-- Material supplied follows --

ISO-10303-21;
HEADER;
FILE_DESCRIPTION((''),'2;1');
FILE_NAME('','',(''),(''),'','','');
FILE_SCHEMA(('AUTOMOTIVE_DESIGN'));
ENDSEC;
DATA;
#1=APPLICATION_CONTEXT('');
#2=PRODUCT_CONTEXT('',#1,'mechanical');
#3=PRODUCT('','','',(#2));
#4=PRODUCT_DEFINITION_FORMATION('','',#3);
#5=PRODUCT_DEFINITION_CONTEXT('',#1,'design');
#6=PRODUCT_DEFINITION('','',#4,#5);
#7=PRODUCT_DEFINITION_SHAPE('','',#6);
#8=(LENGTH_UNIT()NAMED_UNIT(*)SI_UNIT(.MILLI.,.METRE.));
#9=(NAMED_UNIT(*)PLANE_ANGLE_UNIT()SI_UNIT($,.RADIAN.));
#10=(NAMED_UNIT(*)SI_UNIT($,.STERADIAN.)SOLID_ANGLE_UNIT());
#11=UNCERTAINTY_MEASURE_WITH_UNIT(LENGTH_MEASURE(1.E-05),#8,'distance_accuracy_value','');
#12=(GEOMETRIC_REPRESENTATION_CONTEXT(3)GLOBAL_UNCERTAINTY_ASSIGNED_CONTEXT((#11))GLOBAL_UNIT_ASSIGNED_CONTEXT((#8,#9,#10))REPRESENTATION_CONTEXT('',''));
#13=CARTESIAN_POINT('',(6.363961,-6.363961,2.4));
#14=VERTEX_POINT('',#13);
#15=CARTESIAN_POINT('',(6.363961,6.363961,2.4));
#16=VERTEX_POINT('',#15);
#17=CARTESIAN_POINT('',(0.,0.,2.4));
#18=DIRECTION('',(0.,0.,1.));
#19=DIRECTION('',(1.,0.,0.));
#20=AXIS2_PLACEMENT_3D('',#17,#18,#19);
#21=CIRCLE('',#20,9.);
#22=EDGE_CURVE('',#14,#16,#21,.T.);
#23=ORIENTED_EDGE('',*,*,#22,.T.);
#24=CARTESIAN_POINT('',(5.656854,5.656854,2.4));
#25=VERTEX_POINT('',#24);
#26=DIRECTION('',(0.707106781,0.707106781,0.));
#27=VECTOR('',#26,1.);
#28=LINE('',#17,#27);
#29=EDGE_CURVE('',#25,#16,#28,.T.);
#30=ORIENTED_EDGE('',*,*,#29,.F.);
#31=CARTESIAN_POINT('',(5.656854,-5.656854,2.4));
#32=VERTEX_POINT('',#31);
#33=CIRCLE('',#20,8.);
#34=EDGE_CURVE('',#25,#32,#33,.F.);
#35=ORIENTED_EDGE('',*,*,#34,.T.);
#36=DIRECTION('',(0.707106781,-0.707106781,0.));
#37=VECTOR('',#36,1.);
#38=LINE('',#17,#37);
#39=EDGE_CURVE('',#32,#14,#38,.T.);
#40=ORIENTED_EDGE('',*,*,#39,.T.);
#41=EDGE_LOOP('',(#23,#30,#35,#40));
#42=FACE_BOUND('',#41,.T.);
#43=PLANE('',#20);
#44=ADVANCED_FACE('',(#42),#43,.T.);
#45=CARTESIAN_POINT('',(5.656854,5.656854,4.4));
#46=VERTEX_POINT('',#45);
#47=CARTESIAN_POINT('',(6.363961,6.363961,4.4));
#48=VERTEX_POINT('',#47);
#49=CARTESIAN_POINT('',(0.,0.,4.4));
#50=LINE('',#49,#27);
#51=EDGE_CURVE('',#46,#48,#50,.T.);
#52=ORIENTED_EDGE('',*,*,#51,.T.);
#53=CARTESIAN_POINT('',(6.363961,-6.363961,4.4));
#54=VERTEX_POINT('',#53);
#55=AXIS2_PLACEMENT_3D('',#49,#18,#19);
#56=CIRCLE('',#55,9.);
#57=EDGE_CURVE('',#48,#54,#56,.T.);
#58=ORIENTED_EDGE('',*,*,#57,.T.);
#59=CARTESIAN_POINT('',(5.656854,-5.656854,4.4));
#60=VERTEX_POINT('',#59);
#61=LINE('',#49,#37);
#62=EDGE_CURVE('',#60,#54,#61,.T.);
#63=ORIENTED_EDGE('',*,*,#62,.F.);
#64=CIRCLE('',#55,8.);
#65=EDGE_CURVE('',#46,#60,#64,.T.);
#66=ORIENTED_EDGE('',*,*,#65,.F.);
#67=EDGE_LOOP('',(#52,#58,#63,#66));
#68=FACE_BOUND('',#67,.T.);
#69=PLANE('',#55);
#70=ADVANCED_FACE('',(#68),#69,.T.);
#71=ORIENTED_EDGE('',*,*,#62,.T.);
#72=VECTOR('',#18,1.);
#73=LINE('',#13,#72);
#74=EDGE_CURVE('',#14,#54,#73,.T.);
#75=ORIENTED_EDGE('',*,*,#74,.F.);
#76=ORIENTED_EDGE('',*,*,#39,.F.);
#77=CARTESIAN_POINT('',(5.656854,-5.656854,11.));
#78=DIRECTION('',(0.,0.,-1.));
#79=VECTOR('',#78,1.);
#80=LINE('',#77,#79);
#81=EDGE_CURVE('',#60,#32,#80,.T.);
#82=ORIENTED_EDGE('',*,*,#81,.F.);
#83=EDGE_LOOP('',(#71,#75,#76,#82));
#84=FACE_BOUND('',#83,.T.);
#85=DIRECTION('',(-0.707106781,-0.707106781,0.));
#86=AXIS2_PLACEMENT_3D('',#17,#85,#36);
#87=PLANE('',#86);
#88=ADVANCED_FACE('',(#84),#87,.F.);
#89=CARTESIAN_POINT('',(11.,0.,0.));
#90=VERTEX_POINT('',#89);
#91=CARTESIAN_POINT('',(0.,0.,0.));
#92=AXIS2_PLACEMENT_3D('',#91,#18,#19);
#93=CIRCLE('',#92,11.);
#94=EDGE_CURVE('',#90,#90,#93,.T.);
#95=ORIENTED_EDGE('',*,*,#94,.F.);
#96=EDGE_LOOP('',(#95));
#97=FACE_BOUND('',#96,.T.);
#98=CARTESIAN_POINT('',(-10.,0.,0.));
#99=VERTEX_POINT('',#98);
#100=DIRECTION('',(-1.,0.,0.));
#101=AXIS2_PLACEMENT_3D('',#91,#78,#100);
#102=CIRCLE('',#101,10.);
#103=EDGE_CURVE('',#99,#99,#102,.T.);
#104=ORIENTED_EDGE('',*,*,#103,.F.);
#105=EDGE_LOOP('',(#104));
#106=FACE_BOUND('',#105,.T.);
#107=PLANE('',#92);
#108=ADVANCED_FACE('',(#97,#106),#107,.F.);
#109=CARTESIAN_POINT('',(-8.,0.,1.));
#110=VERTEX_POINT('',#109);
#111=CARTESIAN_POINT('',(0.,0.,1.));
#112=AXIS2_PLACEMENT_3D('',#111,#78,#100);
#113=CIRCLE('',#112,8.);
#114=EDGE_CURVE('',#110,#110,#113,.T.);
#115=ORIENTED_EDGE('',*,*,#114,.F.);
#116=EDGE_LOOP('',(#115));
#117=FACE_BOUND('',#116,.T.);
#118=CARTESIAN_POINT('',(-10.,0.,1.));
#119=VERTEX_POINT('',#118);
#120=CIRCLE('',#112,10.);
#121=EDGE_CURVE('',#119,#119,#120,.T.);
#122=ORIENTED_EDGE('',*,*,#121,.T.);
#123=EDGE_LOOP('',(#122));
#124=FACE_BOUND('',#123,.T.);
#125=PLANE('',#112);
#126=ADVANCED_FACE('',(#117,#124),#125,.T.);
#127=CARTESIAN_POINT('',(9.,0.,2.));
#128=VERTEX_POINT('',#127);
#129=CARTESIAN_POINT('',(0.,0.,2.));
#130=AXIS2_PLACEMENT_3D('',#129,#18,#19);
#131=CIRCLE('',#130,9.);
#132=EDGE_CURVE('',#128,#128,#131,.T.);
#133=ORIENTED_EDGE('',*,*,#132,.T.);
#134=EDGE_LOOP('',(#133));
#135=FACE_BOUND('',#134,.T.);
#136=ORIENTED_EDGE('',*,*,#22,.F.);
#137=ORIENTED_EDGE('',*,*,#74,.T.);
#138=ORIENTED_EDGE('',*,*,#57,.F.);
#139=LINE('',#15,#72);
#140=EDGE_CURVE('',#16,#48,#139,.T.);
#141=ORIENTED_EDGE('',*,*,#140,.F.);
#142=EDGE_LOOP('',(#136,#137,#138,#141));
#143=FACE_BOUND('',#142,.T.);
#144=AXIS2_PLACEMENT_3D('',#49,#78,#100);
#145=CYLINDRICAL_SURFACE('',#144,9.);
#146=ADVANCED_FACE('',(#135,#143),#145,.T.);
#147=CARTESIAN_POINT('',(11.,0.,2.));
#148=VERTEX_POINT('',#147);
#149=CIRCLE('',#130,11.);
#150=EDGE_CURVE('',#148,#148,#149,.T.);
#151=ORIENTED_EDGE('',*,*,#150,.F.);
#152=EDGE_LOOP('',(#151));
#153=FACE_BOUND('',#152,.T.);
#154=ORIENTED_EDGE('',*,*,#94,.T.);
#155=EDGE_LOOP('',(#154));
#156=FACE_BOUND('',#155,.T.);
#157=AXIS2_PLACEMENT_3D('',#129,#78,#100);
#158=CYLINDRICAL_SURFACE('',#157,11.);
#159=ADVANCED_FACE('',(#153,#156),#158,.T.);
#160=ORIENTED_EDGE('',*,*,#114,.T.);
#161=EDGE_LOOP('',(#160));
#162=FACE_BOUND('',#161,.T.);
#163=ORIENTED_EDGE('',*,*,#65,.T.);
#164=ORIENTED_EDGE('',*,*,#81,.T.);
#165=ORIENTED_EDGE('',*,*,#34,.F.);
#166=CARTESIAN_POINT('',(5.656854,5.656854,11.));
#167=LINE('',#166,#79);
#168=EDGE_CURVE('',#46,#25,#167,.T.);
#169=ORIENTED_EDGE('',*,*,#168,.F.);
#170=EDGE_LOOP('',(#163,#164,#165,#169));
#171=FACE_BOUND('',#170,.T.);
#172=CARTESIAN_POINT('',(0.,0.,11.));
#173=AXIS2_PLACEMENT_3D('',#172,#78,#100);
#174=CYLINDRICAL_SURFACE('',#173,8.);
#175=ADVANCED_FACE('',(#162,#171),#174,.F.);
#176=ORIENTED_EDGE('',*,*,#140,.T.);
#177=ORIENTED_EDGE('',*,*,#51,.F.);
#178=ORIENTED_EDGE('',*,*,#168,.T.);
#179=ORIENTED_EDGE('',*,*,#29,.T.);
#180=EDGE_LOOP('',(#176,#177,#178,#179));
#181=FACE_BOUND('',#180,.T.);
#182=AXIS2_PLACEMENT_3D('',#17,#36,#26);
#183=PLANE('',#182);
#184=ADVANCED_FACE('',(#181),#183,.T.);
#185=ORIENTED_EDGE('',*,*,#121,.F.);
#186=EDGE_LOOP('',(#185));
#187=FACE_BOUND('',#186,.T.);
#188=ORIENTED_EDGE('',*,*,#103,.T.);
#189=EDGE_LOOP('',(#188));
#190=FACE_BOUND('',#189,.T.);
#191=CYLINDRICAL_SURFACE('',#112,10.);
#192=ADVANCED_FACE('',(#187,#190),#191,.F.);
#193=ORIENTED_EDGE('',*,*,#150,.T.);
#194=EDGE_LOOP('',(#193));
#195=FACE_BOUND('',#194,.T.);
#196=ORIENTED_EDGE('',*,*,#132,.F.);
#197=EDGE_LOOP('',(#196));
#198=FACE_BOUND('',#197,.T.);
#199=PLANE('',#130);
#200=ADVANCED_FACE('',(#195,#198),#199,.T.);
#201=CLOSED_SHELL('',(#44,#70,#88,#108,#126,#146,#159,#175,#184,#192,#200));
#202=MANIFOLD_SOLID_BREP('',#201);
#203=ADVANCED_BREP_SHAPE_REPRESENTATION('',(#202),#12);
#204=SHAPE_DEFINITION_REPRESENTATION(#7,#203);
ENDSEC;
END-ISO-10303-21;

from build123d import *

# Parameters (mm, degrees)
SKETCH_1_R          = 11
EXTRUDE_1_DEPTH     = 2
SKETCH_2_R          = 9
EXTRUDE_2_DEPTH     = 2.4
SKETCH_3_R          = 10
CUT_EXTRUDE_1_DEPTH = 1
SKETCH_4_R          = 8
CUT_EXTRUDE_2_DEPTH = 10
CUT_EXTRUDE_3_DEPTH = 2


with BuildPart() as part:
    # 草图1 → 凸台-拉伸1 (new body)
    with BuildSketch(Plane.XY):
        Circle(SKETCH_1_R)
    extrude(amount=EXTRUDE_1_DEPTH)

    # 草图2 → 凸台-拉伸2 (add)
    with BuildSketch(Plane.XY.offset(2)):
        Circle(SKETCH_2_R)
    extrude(amount=EXTRUDE_2_DEPTH)

    # 草图3 → 切除-拉伸1 (cut)
    with BuildSketch(Plane(origin=(0, 0, 0), x_dir=(-1, 0, 0), z_dir=(0, 0, -1))):
        Circle(SKETCH_3_R)
    extrude(amount=-CUT_EXTRUDE_1_DEPTH, mode=Mode.SUBTRACT)

    # 草图4 → 切除-拉伸2 (cut)
    with BuildSketch(Plane(origin=(0, 0, 1), x_dir=(-1, 0, 0), z_dir=(0, 0, -1))):
        Circle(SKETCH_4_R)
    extrude(amount=-CUT_EXTRUDE_2_DEPTH, mode=Mode.SUBTRACT)

    # 草图5 → 切除-拉伸3 (cut)
    with BuildSketch(Plane.XY.offset(4.4)):
        with BuildLine():
            Line((0, 0), (6.363961031, 6.363961031))
            ThreePointArc((6.363961031, 6.363961031), (9, 0), (6.363961031, -6.363961031))
            Line((6.363961031, -6.363961031), (0, 0))
        make_face()
    extrude(amount=-CUT_EXTRUDE_3_DEPTH, mode=Mode.SUBTRACT)


solid = part.part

-- Material supplied concluded --

• _Exercise_
Given the records above, restate word for word only the lines starting at the one with "#62=EDGE_CURVE('',#60,#54,#61,.T.);" and ending at the one with "#105=EDGE_LOOP('',(#104));".

• _Completed exercise_
#62=EDGE_CURVE('',#60,#54,#61,.T.);
#63=ORIENTED_EDGE('',*,*,#62,.F.);
#64=CIRCLE('',#55,8.);
#65=EDGE_CURVE('',#46,#60,#64,.T.);
#66=ORIENTED_EDGE('',*,*,#65,.F.);
#67=EDGE_LOOP('',(#52,#58,#63,#66));
#68=FACE_BOUND('',#67,.T.);
#69=PLANE('',#55);
#70=ADVANCED_FACE('',(#68),#69,.T.);
#71=ORIENTED_EDGE('',*,*,#62,.T.);
#72=VECTOR('',#18,1.);
#73=LINE('',#13,#72);
#74=EDGE_CURVE('',#14,#54,#73,.T.);
#75=ORIENTED_EDGE('',*,*,#74,.F.);
#76=ORIENTED_EDGE('',*,*,#39,.F.);
#77=CARTESIAN_POINT('',(5.656854,-5.656854,11.));
#78=DIRECTION('',(0.,0.,-1.));
#79=VECTOR('',#78,1.);
#80=LINE('',#77,#79);
#81=EDGE_CURVE('',#60,#32,#80,.T.);
#82=ORIENTED_EDGE('',*,*,#81,.F.);
#83=EDGE_LOOP('',(#71,#75,#76,#82));
#84=FACE_BOUND('',#83,.T.);
#85=DIRECTION('',(-0.707106781,-0.707106781,0.));
#86=AXIS2_PLACEMENT_3D('',#17,#85,#36);
#87=PLANE('',#86);
#88=ADVANCED_FACE('',(#84),#87,.F.);
#89=CARTESIAN_POINT('',(11.,0.,0.));
#90=VERTEX_POINT('',#89);
#91=CARTESIAN_POINT('',(0.,0.,0.));
#92=AXIS2_PLACEMENT_3D('',#91,#18,#19);
#93=CIRCLE('',#92,11.);
#94=EDGE_CURVE('',#90,#90,#93,.T.);
#95=ORIENTED_EDGE('',*,*,#94,.F.);
#96=EDGE_LOOP('',(#95));
#97=FACE_BOUND('',#96,.T.);
#98=CARTESIAN_POINT('',(-10.,0.,0.));
#99=VERTEX_POINT('',#98);
#100=DIRECTION('',(-1.,0.,0.));
#101=AXIS2_PLACEMENT_3D('',#91,#78,#100);
#102=CIRCLE('',#101,10.);
#103=EDGE_CURVE('',#99,#99,#102,.T.);
#104=ORIENTED_EDGE('',*,*,#103,.F.);
#105=EDGE_LOOP('',(#104));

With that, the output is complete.